ACTIVITY
Where the listing below has a line with "v -0.562 -2.947 -48", write out exactly that line and every line after it, stopping after the line with "v 0.188 2.994 -48".

= = =

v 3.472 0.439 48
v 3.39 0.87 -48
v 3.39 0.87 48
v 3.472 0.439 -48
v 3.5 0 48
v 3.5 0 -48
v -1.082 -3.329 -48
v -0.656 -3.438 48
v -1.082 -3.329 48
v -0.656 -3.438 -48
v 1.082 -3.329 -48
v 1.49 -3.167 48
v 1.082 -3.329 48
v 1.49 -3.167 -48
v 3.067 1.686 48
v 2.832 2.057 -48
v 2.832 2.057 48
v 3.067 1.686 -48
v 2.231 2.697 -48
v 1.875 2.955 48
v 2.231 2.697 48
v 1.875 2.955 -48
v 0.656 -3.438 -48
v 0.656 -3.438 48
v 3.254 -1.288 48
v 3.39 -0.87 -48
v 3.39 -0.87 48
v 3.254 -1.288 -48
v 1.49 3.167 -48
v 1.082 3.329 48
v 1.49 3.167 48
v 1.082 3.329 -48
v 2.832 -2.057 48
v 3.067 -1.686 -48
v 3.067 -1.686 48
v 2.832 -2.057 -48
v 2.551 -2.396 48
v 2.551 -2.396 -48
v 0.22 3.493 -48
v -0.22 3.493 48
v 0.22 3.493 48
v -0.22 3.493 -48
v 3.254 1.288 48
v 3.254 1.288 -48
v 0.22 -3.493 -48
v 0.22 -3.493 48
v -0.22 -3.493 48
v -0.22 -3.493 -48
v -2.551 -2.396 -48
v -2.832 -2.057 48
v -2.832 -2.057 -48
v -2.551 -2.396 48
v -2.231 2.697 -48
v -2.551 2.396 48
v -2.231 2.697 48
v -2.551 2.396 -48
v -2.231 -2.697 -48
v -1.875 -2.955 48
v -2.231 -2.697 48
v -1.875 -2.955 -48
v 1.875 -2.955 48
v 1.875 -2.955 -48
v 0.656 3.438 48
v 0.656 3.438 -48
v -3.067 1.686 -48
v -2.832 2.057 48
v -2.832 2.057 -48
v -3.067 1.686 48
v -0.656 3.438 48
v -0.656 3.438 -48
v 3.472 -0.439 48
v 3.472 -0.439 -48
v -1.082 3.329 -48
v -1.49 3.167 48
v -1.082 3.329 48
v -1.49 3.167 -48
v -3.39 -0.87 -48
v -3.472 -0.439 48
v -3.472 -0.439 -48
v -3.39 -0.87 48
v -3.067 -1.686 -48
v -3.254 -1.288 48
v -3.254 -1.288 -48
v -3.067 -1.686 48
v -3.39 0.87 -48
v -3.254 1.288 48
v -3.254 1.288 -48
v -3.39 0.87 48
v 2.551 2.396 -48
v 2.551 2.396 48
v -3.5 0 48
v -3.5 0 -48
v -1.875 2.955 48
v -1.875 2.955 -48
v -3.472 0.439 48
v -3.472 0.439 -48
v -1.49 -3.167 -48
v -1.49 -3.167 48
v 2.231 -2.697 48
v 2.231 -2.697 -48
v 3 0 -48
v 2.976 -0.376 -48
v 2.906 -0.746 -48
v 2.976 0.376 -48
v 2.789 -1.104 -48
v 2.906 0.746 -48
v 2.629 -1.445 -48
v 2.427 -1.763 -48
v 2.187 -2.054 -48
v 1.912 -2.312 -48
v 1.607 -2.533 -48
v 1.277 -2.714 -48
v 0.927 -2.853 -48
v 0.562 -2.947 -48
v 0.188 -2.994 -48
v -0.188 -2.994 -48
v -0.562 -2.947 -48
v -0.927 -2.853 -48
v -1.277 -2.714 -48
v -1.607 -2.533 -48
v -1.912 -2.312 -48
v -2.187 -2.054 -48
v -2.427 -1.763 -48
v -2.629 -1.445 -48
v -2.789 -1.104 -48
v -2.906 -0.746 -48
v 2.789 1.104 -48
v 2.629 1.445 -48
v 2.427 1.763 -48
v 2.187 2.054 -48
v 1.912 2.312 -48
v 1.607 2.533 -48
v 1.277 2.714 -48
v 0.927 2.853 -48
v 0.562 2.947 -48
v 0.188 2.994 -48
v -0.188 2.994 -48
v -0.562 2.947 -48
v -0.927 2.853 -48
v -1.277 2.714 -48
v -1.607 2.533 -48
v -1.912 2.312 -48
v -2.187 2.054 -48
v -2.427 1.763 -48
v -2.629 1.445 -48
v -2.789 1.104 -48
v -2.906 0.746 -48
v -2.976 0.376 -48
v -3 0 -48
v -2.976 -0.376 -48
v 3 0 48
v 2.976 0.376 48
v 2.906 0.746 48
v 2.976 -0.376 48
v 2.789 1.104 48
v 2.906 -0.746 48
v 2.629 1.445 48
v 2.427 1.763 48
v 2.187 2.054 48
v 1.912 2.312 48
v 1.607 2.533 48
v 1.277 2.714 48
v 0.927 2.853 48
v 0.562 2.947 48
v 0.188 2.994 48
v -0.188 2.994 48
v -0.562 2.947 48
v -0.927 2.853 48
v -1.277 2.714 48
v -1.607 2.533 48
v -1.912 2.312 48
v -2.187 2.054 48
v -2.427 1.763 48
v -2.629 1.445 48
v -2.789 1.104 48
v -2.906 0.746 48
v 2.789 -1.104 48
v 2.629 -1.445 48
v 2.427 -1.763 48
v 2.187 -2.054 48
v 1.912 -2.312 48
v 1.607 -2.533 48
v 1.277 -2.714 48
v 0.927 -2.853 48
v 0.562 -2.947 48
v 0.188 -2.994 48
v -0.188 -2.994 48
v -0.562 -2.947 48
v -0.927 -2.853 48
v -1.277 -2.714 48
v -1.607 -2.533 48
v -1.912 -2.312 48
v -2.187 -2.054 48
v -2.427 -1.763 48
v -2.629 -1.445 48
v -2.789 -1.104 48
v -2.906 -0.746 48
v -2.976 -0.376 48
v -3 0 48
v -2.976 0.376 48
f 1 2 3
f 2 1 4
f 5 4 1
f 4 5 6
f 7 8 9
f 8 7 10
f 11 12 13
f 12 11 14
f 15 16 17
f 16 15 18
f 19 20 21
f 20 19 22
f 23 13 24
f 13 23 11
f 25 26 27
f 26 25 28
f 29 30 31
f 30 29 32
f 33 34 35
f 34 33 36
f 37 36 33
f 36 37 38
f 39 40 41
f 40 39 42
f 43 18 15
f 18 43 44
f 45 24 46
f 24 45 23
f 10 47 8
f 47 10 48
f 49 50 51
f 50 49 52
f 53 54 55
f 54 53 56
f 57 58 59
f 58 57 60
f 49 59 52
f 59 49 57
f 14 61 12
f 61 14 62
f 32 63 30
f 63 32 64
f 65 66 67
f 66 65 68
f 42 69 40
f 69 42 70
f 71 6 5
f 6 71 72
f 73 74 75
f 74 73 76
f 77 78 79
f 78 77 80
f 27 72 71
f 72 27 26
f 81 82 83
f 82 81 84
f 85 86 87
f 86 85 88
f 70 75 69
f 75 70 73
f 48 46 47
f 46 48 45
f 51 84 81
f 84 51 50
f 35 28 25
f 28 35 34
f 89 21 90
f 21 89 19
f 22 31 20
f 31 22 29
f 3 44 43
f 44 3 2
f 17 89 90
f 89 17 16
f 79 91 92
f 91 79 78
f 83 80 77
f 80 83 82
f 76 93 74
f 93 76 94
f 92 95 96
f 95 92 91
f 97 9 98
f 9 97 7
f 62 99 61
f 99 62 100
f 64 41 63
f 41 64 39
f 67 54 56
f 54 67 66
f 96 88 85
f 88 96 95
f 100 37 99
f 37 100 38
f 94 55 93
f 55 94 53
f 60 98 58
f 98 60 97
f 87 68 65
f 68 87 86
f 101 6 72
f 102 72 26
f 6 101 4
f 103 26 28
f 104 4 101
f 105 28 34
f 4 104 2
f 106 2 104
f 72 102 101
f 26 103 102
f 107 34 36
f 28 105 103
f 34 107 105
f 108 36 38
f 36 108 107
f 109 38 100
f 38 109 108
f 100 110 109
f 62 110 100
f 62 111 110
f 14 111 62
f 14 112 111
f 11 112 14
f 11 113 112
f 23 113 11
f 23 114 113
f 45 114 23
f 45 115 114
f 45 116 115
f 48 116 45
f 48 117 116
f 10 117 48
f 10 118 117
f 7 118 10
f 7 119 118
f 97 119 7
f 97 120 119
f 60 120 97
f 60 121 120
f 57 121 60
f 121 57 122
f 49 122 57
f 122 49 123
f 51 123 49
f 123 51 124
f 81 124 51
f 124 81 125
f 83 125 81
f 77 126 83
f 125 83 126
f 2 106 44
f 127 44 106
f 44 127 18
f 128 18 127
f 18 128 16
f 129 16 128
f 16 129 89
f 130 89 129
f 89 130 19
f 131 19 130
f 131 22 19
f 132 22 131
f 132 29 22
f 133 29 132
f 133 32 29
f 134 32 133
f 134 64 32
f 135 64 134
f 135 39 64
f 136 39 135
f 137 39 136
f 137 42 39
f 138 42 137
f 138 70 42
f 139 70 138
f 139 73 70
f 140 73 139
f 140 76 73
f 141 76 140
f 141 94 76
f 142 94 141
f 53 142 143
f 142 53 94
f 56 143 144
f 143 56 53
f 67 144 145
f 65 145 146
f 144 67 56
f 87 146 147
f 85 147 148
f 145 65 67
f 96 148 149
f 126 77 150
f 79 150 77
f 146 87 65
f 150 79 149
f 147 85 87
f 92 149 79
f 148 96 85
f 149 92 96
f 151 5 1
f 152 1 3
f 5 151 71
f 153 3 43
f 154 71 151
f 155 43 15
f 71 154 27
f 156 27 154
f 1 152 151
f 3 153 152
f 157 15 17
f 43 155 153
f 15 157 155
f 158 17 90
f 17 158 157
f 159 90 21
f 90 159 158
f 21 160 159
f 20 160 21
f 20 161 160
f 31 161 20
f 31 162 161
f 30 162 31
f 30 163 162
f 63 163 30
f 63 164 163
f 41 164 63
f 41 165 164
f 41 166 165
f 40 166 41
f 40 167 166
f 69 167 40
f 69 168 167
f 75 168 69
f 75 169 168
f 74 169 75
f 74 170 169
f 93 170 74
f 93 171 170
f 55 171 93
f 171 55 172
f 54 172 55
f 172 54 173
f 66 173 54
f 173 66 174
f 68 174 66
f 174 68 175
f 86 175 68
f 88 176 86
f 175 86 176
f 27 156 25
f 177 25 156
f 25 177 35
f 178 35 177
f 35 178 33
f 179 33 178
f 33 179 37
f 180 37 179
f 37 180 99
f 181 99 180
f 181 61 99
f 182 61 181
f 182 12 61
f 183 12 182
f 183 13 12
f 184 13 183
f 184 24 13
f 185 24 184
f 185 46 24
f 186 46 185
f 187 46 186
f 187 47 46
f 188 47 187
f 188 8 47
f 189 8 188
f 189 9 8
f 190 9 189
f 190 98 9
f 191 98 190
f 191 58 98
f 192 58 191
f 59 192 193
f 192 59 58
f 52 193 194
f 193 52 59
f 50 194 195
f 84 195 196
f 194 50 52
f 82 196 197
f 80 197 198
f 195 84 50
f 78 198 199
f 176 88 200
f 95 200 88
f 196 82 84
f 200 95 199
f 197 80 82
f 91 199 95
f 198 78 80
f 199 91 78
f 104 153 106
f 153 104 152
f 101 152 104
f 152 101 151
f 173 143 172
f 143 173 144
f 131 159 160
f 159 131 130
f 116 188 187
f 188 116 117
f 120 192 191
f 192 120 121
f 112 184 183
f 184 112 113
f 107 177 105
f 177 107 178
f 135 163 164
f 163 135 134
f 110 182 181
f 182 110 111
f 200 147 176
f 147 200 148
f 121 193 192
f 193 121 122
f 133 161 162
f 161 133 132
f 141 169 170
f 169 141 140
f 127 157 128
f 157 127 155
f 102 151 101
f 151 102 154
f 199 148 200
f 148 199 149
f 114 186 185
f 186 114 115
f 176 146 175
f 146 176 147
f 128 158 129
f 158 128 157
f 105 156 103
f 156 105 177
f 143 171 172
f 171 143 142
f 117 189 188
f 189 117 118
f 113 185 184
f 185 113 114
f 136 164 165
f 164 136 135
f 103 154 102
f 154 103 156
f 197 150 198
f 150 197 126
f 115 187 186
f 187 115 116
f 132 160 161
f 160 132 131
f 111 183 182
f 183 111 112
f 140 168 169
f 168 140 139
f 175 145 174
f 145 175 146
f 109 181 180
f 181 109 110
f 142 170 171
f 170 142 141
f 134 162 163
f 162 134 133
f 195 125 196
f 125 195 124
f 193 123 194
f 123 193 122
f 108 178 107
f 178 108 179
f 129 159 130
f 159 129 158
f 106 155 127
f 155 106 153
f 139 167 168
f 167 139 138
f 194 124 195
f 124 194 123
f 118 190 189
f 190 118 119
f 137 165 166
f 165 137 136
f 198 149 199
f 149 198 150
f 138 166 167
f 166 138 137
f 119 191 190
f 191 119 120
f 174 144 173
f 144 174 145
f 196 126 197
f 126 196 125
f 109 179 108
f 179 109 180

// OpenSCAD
$fn = 50;


difference() {
	union() {
		translate(v = [0, 0, -48.0000000000]) {
			cylinder(h = 96, r = 3.5000000000);
		}
	}
	union() {
		translate(v = [0, 0, -100.0000000000]) {
			cylinder(h = 200, r = 3.0000000000);
		}
	}
}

= = =

EXERCISE SOLUTION
v -0.562 -2.947 -48
v -0.927 -2.853 -48
v -1.277 -2.714 -48
v -1.607 -2.533 -48
v -1.912 -2.312 -48
v -2.187 -2.054 -48
v -2.427 -1.763 -48
v -2.629 -1.445 -48
v -2.789 -1.104 -48
v -2.906 -0.746 -48
v 2.789 1.104 -48
v 2.629 1.445 -48
v 2.427 1.763 -48
v 2.187 2.054 -48
v 1.912 2.312 -48
v 1.607 2.533 -48
v 1.277 2.714 -48
v 0.927 2.853 -48
v 0.562 2.947 -48
v 0.188 2.994 -48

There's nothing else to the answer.